Localization Gaps: Chatbots frequently defaulted to diaspora or US-centric medical structures (e.g., suggesting "Coumadin" instead of the Russian generic "Warfarin," or providing US 911 instead of local emergency numbers). Only 34.5% of non-English emergency responses provided the correct local emergency number.
Warmth-Clinical Substance Decoupling: Warmth did not discriminate clinical danger. The Area Under the Curve (AUC) for empathy predicting catastrophic safety was 0.49 (chance level). Catastrophic responses were rated as "warm" at rates indistinguishable from non-catastrophic ones (18.9% vs 19.1%).
Predictive Factors: Three language properties were associated with the safety gradient: URIEL typological distance from English (AUC 0.93), tokenization fertility (AUC 0.84), and Joshi resource tier (AUC 0.88).

Significance and Claims
The paper claims that the current deployment of consumer health AI exhibits a structural asymmetry: the affective surface (warmth/empathy) remains robust across languages, while the clinical substance (accuracy, safety, referral) degrades significantly in non-English, lower-resource languages.
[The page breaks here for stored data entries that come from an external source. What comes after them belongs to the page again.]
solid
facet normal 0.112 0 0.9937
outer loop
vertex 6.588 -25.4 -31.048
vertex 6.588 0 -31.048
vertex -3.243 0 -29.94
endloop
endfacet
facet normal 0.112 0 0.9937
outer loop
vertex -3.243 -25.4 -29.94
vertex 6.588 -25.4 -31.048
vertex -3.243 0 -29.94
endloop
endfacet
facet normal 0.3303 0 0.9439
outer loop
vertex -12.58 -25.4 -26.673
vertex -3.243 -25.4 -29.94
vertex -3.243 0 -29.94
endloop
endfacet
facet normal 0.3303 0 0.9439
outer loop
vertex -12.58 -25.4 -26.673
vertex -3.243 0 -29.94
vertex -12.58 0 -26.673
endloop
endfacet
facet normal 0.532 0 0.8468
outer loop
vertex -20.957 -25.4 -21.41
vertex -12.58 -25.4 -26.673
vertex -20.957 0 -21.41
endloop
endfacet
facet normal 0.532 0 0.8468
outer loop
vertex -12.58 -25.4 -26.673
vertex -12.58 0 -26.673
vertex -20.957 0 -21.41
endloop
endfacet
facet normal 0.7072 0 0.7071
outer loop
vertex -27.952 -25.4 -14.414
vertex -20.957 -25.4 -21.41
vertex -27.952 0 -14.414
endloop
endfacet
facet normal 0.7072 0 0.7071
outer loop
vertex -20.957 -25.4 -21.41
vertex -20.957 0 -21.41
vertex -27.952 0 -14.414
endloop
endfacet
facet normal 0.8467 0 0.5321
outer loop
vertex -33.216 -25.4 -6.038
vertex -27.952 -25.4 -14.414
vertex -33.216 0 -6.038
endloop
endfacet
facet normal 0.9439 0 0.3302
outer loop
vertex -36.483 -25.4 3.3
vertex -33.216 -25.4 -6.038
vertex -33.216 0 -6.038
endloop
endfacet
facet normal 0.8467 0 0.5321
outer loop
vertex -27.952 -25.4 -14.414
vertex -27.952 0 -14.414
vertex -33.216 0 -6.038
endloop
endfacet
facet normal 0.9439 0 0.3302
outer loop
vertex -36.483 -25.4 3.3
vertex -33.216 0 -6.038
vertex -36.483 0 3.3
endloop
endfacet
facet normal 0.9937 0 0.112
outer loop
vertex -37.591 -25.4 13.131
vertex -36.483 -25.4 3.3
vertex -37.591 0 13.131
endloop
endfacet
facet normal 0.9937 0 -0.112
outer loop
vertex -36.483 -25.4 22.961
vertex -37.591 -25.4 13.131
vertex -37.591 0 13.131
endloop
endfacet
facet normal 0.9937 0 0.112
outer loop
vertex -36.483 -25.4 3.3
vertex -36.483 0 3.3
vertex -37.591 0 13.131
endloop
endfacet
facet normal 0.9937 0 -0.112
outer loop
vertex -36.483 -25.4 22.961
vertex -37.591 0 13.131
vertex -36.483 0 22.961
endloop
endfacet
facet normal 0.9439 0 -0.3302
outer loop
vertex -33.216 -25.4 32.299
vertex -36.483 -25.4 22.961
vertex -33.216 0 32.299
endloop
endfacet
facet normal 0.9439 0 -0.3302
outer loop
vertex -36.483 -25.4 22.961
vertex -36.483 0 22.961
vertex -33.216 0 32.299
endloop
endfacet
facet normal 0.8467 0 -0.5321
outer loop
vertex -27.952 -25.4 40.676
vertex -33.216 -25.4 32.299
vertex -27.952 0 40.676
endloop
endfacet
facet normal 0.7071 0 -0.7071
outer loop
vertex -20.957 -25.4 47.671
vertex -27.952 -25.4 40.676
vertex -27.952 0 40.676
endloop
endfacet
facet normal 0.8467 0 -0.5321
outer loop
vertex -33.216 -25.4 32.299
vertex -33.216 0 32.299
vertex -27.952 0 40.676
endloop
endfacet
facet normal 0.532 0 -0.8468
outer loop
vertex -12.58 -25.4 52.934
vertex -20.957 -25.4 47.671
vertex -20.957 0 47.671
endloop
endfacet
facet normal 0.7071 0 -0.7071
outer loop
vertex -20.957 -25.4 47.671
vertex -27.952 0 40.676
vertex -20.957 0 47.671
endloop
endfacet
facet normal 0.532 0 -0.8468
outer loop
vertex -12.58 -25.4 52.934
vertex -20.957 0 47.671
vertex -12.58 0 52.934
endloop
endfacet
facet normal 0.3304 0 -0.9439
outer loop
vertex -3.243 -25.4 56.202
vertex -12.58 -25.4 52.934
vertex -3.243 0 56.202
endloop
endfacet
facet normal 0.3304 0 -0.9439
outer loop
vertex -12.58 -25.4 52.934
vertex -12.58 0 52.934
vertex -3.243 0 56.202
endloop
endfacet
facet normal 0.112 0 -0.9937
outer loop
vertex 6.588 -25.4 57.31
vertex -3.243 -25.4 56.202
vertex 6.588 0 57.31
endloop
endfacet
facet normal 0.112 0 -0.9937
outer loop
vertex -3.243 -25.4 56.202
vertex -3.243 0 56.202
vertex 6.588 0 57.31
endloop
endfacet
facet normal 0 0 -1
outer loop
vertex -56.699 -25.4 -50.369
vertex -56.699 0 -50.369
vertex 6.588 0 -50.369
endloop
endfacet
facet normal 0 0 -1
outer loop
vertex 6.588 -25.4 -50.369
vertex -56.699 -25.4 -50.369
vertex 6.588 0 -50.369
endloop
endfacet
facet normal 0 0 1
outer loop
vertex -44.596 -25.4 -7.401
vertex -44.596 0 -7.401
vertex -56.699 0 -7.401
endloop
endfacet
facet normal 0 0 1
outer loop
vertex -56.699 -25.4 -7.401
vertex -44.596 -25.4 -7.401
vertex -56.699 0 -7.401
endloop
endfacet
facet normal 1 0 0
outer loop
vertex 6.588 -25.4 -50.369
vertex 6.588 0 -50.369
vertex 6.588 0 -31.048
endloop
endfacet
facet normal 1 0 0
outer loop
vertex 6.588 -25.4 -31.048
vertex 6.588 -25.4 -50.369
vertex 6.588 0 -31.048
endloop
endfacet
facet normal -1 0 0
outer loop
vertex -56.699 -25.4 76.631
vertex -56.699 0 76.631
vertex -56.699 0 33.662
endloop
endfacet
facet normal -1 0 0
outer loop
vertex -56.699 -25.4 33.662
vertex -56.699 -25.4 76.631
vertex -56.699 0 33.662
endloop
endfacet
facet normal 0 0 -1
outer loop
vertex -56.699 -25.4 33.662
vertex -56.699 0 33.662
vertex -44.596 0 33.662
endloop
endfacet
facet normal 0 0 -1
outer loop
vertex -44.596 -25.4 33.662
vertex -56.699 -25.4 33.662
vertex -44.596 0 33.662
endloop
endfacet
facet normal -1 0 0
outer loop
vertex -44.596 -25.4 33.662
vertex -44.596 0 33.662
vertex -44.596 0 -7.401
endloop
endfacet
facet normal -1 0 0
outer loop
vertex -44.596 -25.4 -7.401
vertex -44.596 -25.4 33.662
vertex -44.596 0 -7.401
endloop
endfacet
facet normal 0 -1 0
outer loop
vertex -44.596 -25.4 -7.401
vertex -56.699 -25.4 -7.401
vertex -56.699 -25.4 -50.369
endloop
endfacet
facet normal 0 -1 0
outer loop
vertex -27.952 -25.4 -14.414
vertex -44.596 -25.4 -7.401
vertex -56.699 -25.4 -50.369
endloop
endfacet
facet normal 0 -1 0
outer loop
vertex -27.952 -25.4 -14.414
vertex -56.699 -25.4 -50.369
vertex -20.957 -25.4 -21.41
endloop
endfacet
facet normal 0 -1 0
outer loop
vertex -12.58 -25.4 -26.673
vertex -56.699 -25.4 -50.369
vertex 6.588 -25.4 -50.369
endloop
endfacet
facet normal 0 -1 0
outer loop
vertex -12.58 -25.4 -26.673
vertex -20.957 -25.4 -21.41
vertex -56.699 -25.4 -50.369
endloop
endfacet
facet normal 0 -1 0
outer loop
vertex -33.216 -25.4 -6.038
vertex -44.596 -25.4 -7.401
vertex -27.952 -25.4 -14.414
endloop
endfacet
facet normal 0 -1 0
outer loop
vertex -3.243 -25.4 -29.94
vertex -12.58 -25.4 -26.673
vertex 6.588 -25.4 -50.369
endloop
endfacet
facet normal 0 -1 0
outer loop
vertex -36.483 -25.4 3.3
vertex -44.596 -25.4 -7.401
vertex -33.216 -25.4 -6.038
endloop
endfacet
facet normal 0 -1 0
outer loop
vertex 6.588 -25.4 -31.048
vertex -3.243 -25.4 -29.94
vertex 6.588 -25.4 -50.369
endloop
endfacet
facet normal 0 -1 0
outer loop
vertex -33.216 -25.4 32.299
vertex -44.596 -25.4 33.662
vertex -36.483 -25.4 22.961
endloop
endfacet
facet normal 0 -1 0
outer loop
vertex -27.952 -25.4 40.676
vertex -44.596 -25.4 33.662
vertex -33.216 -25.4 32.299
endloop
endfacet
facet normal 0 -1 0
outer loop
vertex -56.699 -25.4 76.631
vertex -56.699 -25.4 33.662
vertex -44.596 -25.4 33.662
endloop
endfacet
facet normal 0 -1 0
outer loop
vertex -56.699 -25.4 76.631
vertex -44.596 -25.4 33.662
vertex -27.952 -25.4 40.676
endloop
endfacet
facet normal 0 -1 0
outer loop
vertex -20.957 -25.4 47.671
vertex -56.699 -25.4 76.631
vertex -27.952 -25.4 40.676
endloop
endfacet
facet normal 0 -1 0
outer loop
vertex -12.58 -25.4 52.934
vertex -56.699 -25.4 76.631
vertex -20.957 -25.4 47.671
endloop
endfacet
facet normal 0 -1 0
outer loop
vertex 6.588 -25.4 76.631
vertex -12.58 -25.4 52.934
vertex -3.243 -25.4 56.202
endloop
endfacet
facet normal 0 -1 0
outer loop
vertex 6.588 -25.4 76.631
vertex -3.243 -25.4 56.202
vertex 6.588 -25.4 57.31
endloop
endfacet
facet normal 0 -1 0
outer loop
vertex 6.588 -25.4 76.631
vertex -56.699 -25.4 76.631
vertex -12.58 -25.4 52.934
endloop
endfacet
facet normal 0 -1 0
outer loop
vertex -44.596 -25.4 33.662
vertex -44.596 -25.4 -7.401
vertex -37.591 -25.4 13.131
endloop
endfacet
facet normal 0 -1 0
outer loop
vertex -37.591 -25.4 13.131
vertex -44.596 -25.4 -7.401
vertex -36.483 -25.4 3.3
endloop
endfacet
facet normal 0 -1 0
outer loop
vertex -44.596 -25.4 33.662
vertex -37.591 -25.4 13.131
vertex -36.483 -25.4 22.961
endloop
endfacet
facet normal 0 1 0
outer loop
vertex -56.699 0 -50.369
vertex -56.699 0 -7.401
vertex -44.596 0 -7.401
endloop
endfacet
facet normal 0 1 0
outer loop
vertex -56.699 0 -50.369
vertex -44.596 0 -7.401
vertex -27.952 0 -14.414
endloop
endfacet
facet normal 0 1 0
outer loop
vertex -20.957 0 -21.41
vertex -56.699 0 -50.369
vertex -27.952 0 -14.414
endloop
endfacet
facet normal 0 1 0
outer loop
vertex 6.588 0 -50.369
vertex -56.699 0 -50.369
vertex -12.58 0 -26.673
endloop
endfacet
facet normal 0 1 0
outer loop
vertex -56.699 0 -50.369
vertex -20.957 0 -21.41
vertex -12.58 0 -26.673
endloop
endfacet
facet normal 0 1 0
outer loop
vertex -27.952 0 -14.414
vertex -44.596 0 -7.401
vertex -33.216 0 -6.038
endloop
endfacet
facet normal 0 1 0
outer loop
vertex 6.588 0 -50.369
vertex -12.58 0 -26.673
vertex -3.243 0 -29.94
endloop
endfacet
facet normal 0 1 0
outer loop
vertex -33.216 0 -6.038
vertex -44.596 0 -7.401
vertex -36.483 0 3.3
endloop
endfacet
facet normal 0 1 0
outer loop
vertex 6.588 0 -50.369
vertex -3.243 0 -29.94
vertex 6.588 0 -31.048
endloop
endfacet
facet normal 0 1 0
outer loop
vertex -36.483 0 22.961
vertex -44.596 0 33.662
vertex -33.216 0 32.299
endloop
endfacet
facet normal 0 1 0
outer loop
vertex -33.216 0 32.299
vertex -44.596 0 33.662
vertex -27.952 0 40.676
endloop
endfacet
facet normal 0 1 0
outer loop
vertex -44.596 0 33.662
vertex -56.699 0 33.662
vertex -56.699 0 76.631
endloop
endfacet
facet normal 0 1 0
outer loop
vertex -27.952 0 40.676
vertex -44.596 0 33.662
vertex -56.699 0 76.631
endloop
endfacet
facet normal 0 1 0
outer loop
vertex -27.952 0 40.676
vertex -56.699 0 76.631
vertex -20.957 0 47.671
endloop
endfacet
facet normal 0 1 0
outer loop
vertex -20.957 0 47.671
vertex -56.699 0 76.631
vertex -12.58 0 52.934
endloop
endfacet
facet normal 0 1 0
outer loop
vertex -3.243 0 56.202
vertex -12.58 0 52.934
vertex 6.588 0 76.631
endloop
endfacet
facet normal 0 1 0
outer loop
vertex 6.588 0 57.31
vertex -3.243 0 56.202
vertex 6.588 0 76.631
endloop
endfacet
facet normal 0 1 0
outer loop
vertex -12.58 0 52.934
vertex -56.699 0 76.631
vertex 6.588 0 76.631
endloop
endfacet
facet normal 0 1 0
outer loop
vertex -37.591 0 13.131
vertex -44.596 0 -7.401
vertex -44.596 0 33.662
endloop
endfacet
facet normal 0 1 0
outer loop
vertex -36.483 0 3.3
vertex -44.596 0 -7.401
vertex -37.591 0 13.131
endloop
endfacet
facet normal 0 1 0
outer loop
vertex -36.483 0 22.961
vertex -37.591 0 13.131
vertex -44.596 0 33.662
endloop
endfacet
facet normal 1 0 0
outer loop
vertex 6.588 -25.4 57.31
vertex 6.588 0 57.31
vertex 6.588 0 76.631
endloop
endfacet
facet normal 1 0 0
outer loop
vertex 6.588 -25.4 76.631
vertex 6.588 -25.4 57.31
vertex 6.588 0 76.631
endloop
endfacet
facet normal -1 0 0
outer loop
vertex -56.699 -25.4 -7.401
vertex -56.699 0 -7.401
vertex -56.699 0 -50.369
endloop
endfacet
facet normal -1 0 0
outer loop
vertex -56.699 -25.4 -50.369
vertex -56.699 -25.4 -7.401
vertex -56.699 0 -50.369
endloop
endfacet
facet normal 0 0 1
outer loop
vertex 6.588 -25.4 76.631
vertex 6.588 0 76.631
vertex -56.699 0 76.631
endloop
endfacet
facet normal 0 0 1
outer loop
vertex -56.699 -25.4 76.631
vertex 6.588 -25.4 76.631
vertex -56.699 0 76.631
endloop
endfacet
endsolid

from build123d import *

# Parameters (mm, degrees)
F1_DEPTH = 25.4


with BuildPart() as f1:
    # F0 (on Front) → F1 (new body)
    with BuildSketch(Plane.XZ):
        with BuildLine():
            Line((6.587991, 76.630748), (-56.699019, 76.630748))
            Line((-56.699019, 76.630748), (-56.699019, 33.66233))
            Line((-56.699019, 33.66233), (-44.595942, 33.66233))
            Line((-44.595942, 33.66233), (-44.595942, -7.400833))
            Line((-44.595942, -7.400833), (-56.699019, -7.400833))
            Line((-56.699019, -7.400833), (-56.699019, -50.369252))
            Line((-56.699019, -50.369252), (6.587991, -50.369252))
            Line((6.587991, -50.369252), (6.587991, -31.048073))
            ThreePointArc((6.587991, -31.048073), (-37.59083, 13.130748), (6.587991, 57.30957))
            Line((6.587991, 57.30957), (6.587991, 76.630748))
        make_face()
    extrude(amount=F1_DEPTH)


solid = f1.part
Equity Implications: The findings parallel health-equity gradients in non-AI care but are inverted; the gradient is mediated by training-data composition and localization coverage, which are within vendor control, rather than distributed clinician behavior.
Evaluation Standards: The authors argue against treating English-only testing as evidence of multilingual clinical quality. They support language-matched evaluation in deployment languages, prioritizing high-volume and high-risk use cases.
Safety Detection: The preservation of warmth in catastrophic responses creates a patient safety-detection problem, as the affective signal patients use to calibrate trust does not track clinical danger.
Limitations: The authors note that the study is correlational and that the language effect cannot be fully separated from cross-language rater-severity calibration, though sensitivity analyses (excluding the PI, fluent-only restrictions) preserved the main effects. The findings are hypothesis-generating regarding the specific mechanisms (e.g., tokenization fertility) and require prospective validation in deployment-candidate languages outside the study sample.

The study concludes that the convergence of universal omissions and language-graded substance loss across four independently trained vendors suggests these are properties of consumer health AI as currently deployed, necessitating upstream interventions in training data and localization strategies.